Desde el otro lado del mar, durante mi breve estancia, Allá se quemaba por las esquinas. Literal y metafóricamente. Casi holísticamente, como en un relato de Borges. Galicia ardía y Cataluña estallaba. El fuego me daba pavor, pero por muy intencionado que fuera, al final la Naturaleza y la solidaridad vecinal saben cómo contrarrestarlo. El procés, por el contrario, es un artefacto humano, un engranaje de los gobiernos. Y, como tal, preocupaba a todo el mundo, que no dejaba de preguntarme. Allá tienen un problema, decían. Y ahí lo dejaban, como invitándome a explicar algo que no entra en su cabeza. Saben lo que es la independencia, conocen la opresión y el terror, colocan una bandera en cada rincón y son nacionalistas por descarte, por afán integrador, por remanso de emigrados. Pero no entienden lo de Cataluña. Ni lo de España. Ni esa querencia que tenemos los europeos a descomponernos en moléculas. En eso que Messi le marcó tres goles a Ecuador, clasificó a la selección para el Mundial de Rusia y se acabó la conversación, porque todo el mundo estaba delante del televisor, gritando. Incluso yo, que no tengo más títulos que el de argentino consorte e irlandés nacido en el Mediterráneo.

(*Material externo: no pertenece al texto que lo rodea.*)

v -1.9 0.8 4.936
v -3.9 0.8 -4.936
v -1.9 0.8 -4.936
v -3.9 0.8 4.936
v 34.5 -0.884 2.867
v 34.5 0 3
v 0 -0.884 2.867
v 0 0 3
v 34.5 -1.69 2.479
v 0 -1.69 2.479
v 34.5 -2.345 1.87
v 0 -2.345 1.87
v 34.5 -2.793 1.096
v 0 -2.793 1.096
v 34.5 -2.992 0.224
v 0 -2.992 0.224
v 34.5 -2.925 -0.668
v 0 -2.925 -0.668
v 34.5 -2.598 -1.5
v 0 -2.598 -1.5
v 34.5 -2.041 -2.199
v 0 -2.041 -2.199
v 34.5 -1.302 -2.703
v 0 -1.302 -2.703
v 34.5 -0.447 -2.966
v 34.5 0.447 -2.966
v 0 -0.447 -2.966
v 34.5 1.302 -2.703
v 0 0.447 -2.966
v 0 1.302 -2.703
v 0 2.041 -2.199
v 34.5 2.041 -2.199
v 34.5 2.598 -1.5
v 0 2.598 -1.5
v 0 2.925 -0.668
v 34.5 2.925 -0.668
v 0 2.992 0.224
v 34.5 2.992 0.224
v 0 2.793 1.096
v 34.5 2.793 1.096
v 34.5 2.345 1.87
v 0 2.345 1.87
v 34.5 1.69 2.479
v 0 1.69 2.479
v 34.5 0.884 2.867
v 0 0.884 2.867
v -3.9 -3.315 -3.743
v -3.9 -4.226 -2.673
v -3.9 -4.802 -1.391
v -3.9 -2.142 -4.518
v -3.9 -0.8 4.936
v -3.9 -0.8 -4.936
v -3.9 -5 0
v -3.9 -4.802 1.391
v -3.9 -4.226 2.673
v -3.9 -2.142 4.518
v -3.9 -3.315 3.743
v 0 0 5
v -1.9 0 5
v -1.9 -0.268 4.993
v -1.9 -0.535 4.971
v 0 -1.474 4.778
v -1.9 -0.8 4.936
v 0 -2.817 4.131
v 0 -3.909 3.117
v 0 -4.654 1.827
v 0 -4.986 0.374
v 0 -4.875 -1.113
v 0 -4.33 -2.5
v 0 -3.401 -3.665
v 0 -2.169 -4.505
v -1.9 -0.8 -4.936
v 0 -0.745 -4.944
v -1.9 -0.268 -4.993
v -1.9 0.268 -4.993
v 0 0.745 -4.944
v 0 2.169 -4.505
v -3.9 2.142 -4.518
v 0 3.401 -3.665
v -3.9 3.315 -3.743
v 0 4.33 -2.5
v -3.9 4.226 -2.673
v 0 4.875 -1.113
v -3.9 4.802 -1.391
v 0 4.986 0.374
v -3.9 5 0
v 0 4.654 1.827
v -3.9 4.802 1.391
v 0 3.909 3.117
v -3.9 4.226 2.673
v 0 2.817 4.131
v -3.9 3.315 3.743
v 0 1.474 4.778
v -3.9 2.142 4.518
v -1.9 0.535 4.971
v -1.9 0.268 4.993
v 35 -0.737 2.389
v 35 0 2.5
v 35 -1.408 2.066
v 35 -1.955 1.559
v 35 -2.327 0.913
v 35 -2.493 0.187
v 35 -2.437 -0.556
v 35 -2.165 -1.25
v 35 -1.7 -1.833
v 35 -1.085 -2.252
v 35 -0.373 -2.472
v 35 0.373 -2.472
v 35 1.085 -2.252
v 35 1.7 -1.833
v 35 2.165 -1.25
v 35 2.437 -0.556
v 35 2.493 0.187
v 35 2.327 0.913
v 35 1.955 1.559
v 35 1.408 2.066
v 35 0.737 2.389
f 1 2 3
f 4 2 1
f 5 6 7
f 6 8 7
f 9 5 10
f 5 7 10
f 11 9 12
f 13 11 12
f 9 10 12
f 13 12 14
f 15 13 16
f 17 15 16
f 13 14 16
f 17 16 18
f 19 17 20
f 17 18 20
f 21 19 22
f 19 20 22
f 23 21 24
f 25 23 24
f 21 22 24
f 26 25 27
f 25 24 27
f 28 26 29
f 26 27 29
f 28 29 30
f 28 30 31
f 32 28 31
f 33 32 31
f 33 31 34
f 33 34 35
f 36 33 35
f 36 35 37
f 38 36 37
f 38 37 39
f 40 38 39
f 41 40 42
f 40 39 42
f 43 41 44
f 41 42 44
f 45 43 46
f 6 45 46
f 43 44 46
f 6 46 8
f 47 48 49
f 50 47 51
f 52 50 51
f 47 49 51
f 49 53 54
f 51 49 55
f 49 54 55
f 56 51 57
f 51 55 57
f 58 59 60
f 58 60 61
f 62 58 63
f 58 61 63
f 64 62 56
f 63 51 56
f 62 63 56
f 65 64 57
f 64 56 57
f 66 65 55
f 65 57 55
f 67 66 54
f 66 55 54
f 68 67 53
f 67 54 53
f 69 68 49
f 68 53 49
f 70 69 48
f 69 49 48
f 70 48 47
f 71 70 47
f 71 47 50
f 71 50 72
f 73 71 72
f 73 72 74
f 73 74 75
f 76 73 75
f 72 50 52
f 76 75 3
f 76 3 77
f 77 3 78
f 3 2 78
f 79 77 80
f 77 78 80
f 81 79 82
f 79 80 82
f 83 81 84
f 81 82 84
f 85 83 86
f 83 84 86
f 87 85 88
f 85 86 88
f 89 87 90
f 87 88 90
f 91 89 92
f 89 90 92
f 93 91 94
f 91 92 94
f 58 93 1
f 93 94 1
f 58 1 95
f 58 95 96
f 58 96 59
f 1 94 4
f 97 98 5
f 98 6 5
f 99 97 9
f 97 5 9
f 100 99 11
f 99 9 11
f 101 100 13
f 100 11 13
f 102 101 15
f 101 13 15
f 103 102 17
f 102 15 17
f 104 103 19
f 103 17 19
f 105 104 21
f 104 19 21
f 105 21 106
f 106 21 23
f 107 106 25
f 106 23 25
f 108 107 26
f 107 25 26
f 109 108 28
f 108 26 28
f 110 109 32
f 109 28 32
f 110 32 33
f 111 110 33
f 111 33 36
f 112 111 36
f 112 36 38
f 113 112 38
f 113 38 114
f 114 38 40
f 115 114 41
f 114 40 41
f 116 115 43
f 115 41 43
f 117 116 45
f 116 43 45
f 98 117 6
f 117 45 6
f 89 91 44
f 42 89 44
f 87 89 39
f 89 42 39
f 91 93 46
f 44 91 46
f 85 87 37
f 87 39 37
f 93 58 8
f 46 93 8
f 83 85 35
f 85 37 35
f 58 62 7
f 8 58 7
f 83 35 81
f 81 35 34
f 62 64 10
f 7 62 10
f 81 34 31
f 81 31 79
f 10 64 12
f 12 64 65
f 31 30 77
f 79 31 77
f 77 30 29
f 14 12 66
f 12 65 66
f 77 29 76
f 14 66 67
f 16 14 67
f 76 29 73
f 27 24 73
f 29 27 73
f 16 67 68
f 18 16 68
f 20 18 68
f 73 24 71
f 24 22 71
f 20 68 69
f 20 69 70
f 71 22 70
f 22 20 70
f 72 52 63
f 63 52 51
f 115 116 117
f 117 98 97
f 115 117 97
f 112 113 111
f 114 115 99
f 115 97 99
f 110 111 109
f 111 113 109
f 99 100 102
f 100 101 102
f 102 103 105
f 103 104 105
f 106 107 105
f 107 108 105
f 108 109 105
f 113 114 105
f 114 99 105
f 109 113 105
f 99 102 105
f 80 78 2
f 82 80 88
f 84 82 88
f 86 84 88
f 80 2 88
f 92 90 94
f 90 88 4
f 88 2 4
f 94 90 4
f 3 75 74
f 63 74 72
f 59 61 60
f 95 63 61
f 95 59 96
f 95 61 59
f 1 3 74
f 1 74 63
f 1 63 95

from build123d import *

# Parameters (mm, degrees)
ESQUISSE2_W             = 12
ESQUISSE2_H             = 1.6
ENL_V_MAT_EXTRU_1_DEPTH = 2


with BuildPart() as part:
    # Esquisse1 → Révolution1 (revolve)
    with BuildSketch(Plane.XY, mode=Mode.PRIVATE) as r_volution1_sk:
        Polygon((0, 3), (0, 5), (-3.9, 5), (-3.9, 0), (35, 0), (35, 2.5), (34.5, 3), align=None)
    revolve(r_volution1_sk.sketch.rotate(Axis((-3.9, 0, 0), (1, 0, 0)), 90), axis=Axis((-3.9, 0, 0), (1, 0, 0)))  # turned: the seam where the file's is

    # Esquisse2 → Enlèv. mat.-Extru.1 (cut)
    with BuildSketch(Plane.ZY.offset(3.9)):
        Rectangle(ESQUISSE2_W, ESQUISSE2_H)
    extrude(amount=-ENL_V_MAT_EXTRU_1_DEPTH, mode=Mode.SUBTRACT)


solid = part.part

Mientras Allá se ensanchaba la brecha social, yo me sentía como la pareja protagonista de Casablanca. Sonaban los cañones nazis en su avance hacia París y yo no podía evitar disfrutar de las focas del Pacífico, del verde casi árabe que proporcionan las acequias mendocinas, de los álamos de Uspallata, de la inmensidad de los Andes, de los cerros de Valparaíso, del olor de los asados, de la gracia que les produce mi acento. Allá, al regresar, me esperaba un tiempo detenido, una cantinela de días repetidos e infructuosos, como son los días de agosto, unas fachadas estampadas de banderas que se compraron con el gol de Iniesta, una insistencia machacona en todos los medios de comunicación, redes sociales incluidas, y una tendencia a romper líneas de diálogo hasta en las reuniones familiares de Navidad. Sin duda, la vida es mucho mejor cuando se observa a través de un catalejo. Y más pequeña.